[Stored dataset items]

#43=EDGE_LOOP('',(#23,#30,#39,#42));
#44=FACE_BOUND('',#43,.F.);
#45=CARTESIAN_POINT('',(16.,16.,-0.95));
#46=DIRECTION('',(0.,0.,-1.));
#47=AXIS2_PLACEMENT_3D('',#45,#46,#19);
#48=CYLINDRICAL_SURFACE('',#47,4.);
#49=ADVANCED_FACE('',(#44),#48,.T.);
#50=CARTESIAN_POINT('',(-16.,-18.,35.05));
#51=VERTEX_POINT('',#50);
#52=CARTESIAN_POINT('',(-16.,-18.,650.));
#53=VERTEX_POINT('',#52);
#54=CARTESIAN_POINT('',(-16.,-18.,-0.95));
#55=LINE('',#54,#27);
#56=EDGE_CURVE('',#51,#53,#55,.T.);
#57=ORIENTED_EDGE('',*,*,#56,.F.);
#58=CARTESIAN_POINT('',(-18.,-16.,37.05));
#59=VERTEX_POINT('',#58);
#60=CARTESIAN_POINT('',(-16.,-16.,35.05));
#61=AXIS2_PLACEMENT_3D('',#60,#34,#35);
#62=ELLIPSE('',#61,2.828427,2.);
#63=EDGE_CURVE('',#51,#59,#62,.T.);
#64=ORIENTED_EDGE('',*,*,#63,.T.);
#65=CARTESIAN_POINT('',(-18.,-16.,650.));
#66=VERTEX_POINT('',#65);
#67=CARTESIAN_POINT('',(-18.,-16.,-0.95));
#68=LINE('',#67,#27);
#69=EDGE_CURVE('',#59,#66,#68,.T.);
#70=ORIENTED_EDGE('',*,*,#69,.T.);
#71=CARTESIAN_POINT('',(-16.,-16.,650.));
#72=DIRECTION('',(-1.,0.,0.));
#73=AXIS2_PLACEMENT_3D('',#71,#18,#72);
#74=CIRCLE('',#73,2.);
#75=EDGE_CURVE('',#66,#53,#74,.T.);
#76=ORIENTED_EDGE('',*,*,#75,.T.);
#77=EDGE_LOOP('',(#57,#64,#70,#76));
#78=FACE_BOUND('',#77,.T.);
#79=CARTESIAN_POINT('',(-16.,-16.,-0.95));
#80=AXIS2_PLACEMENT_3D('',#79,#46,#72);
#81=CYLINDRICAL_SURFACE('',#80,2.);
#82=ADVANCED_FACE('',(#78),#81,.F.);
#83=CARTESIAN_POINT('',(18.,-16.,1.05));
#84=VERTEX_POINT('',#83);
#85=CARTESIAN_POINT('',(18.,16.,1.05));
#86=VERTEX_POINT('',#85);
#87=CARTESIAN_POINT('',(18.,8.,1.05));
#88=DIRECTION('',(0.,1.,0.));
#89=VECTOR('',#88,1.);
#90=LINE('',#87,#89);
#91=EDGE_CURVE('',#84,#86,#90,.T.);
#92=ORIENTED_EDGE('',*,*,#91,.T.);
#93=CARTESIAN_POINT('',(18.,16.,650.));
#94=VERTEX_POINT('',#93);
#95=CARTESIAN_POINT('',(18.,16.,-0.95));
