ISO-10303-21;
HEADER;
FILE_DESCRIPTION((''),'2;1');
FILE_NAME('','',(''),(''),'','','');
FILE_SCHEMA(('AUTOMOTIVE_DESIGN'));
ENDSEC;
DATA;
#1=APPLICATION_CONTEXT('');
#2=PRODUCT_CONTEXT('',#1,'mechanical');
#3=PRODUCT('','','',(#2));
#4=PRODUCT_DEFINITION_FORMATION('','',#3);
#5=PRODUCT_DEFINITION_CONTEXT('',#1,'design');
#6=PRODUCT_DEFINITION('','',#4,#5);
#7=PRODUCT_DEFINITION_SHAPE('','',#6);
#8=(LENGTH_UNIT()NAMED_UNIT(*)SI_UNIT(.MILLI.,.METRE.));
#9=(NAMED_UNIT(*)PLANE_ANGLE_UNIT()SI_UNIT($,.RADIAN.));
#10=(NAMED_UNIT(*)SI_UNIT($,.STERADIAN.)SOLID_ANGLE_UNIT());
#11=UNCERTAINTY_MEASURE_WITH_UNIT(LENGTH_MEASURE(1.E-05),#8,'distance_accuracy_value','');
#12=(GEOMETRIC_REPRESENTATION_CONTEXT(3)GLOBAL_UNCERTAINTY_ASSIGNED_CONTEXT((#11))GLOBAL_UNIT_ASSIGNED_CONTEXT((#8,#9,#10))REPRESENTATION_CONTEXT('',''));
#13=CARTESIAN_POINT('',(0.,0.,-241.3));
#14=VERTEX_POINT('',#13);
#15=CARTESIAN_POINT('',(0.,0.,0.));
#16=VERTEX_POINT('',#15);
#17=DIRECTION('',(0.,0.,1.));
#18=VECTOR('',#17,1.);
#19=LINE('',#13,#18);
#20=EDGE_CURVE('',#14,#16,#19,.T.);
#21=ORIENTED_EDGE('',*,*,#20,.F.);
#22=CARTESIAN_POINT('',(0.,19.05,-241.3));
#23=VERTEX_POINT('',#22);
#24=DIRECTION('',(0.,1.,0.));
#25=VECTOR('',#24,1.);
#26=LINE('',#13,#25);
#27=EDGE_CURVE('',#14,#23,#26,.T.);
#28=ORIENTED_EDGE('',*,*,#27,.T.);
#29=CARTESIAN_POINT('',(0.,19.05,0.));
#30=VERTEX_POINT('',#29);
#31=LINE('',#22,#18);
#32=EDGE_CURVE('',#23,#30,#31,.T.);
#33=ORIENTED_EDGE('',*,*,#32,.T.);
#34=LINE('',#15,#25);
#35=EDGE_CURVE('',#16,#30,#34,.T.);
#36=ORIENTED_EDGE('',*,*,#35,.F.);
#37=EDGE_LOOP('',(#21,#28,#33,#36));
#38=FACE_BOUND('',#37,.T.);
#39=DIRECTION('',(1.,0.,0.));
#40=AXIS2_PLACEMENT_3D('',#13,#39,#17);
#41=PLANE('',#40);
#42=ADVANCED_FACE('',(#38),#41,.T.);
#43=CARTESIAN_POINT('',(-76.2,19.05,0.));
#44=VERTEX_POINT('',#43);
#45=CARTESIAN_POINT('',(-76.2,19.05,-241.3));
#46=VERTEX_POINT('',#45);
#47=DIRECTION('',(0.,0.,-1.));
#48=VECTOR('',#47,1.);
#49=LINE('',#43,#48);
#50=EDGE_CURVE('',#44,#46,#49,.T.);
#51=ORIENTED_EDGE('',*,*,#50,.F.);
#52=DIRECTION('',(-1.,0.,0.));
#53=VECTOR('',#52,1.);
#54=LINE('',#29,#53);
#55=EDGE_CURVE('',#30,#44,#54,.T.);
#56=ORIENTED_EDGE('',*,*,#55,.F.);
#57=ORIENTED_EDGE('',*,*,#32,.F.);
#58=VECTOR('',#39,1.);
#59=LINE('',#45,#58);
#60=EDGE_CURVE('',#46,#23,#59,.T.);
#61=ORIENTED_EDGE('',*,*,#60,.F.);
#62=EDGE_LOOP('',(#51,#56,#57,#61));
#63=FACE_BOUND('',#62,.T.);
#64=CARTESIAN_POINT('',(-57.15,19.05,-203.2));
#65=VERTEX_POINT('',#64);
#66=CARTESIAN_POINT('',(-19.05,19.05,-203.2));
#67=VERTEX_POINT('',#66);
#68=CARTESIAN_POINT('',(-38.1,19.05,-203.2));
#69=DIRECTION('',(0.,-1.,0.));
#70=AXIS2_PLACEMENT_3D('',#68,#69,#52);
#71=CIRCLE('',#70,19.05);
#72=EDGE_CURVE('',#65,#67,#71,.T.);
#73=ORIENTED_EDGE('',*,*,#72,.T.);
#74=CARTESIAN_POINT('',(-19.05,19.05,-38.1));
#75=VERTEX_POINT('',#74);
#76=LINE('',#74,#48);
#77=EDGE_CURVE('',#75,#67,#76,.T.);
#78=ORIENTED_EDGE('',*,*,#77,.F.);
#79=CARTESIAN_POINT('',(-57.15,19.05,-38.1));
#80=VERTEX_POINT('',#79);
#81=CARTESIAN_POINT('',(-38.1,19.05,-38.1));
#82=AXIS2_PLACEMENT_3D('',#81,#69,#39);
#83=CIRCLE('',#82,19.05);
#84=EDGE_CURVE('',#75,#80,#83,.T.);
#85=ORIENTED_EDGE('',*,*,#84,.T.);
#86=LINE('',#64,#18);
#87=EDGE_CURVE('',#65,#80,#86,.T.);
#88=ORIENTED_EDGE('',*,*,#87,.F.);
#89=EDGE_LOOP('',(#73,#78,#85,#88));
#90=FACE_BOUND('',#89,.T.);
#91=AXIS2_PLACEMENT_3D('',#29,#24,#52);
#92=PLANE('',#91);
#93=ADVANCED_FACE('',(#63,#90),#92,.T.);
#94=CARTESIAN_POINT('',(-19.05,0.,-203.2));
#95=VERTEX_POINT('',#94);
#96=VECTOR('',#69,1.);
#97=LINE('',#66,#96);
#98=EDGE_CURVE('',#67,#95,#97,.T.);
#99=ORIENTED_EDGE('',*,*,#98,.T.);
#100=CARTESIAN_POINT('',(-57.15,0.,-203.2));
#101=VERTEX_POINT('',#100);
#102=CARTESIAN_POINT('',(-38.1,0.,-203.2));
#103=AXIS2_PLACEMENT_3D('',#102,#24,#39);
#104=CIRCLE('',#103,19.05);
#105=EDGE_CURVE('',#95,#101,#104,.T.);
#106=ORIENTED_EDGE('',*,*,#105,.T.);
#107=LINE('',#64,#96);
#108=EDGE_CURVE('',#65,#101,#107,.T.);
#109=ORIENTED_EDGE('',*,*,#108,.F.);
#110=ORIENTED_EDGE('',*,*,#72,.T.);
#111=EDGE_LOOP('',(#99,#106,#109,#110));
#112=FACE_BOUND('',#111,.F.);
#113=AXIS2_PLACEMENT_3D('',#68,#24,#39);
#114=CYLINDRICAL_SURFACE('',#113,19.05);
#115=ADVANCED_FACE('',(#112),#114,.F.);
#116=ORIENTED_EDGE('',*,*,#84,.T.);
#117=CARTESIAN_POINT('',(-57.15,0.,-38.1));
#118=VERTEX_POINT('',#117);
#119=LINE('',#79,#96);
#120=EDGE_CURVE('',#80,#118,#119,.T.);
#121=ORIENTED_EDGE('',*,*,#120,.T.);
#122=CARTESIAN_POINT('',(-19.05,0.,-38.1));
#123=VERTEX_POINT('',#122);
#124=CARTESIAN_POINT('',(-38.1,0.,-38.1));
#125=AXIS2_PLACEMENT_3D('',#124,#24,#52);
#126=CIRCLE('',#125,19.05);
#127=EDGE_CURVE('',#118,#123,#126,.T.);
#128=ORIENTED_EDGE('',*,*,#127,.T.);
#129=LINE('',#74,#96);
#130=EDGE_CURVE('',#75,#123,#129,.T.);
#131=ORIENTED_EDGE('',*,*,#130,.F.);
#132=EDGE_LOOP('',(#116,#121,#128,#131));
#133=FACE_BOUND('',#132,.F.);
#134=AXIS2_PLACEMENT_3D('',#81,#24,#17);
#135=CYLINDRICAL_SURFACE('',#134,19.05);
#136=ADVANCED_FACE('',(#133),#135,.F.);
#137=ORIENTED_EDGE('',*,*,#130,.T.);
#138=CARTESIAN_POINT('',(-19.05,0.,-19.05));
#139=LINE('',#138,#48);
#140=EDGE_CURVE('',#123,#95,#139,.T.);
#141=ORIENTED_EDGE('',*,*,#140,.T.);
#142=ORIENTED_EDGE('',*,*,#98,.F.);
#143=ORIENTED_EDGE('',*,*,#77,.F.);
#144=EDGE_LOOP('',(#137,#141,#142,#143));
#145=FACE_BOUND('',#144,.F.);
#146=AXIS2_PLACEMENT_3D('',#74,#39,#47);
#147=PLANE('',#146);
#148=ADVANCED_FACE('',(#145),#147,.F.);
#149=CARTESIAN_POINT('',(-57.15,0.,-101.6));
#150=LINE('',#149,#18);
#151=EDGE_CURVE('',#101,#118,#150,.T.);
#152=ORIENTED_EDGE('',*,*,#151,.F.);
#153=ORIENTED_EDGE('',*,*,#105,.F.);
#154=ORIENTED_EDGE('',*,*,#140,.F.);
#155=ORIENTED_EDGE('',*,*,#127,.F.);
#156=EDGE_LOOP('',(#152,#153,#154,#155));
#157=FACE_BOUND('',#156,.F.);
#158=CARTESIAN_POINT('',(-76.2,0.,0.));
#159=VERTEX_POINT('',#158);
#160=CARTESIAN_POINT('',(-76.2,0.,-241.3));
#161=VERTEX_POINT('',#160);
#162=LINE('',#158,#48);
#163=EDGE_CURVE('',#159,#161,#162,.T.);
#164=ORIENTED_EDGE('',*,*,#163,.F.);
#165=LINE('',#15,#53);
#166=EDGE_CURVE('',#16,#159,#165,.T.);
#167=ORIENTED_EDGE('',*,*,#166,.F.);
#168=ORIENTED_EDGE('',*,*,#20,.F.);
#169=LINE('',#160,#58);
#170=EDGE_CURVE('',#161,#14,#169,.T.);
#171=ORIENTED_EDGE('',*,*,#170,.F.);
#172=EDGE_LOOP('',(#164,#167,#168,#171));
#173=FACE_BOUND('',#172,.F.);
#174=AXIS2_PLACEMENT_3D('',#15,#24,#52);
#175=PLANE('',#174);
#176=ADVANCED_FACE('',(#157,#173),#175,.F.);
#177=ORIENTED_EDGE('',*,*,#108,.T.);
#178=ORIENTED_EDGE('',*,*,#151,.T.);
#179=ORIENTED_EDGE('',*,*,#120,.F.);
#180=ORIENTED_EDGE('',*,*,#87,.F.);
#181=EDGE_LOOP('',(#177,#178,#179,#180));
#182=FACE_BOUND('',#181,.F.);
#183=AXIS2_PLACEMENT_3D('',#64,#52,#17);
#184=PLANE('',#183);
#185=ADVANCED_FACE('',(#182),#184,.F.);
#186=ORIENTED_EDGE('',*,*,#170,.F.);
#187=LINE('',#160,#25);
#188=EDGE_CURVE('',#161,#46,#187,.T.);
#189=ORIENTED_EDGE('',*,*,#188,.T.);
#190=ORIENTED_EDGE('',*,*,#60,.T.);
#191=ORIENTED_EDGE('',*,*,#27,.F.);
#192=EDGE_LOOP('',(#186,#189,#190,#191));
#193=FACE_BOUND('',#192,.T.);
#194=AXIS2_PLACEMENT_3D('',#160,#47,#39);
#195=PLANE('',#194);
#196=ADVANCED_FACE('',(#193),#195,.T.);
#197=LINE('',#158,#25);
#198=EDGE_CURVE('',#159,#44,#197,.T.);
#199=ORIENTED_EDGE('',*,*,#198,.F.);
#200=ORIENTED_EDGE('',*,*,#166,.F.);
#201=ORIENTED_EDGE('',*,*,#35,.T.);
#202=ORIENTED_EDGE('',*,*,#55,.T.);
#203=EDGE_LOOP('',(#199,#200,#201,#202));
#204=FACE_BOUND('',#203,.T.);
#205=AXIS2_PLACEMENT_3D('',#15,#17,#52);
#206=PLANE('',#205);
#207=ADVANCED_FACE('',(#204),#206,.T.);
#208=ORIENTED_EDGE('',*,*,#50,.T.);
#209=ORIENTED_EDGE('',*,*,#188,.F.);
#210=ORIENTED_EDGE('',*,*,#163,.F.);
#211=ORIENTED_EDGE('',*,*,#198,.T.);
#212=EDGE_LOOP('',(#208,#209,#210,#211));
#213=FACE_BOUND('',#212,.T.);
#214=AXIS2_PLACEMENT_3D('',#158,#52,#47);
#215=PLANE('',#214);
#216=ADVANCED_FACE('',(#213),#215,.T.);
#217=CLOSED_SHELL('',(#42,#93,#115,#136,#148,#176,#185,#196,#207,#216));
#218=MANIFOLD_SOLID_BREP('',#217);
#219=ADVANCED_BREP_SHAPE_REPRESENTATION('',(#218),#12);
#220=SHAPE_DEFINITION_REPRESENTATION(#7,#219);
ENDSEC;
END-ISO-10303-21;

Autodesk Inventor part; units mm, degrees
ref_plane "YZ Plane" through (0, 0, 0) normal (1, 0, 0) x (0, 1, 0)
ref_plane "XZ Plane" through (0, 0, 0) normal (0, 1, 0) x (-1, 0, 0)
ref_plane "XY Plane" through (0, 0, 0) normal (0, 0, 1) x (1, 0, 0)
sketch "Sketch1" plane through (0, 0, 0) normal (0, 1, 0) x (-1, 0, 0)
  line L0 (0, 0) -> (76.2, 0)
  line L1 (76.2, 0) -> (76.2, -241.3)
  line L2 (76.2, -241.3) -> (0, -241.3)
  line L3 (0, -241.3) -> (0, 0)
  dimension "d0" = 76.2
  dimension "d1" = 241.3
extrude "Extrusion1" add sketch "Sketch1" along normal blind 19.05
sketch "Sketch3" plane through (0, 19.05, 0) normal (0, 1, 0) x (1, 0, 0)
  line L0 (-76.2, 0) -> (0, 0) projected
  line L1 (0, 0) -> (0, 241.3) projected
  line L2 (0, 241.3) -> (-76.2, 241.3) projected
  line L3 (-76.2, 241.3) -> (-76.2, 0) projected
  line L4 (-38.1, 19.05) -> (-38.1, 19.05)
  line L5 (-19.05, 38.1) -> (-19.05, 203.2)
  line L6 (-38.1, 222.25) -> (-38.1, 222.25)
  line L7 (-57.15, 203.2) -> (-57.15, 38.1)
  arc A0 (-57.15, 38.1) -> (-38.1, 19.05) centre (-38.1, 38.1) ccw
  arc A1 (-38.1, 19.05) -> (-19.05, 38.1) centre (-38.1, 38.1) ccw
  arc A2 (-19.05, 203.2) -> (-38.1, 222.25) centre (-38.1, 203.2) ccw
  arc A3 (-38.1, 222.25) -> (-57.15, 203.2) centre (-38.1, 203.2) ccw
  dimension "d11" = 19.05
  dimension "d12" = 19.05
extrude "Extrusion3" cut sketch "Sketch3" against normal blind 25.4 contours A1 A0 L7 A3 A2 L5
properties part number "Marque"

» **PROBLEM REQUIREMENTS**
Above are the records; print exactly the lines from the line with "#114=CYLINDRICAL_SURFACE('',#113,19.05);" to the line with "#124=CARTESIAN_POINT('',(-38.1,0.,-38.1));", including both, and nothing else.

» **FINAL ANSWER**
#114=CYLINDRICAL_SURFACE('',#113,19.05);
#115=ADVANCED_FACE('',(#112),#114,.F.);
#116=ORIENTED_EDGE('',*,*,#84,.T.);
#117=CARTESIAN_POINT('',(-57.15,0.,-38.1));
#118=VERTEX_POINT('',#117);
#119=LINE('',#79,#96);
#120=EDGE_CURVE('',#80,#118,#119,.T.);
#121=ORIENTED_EDGE('',*,*,#120,.T.);
#122=CARTESIAN_POINT('',(-19.05,0.,-38.1));
#123=VERTEX_POINT('',#122);
#124=CARTESIAN_POINT('',(-38.1,0.,-38.1));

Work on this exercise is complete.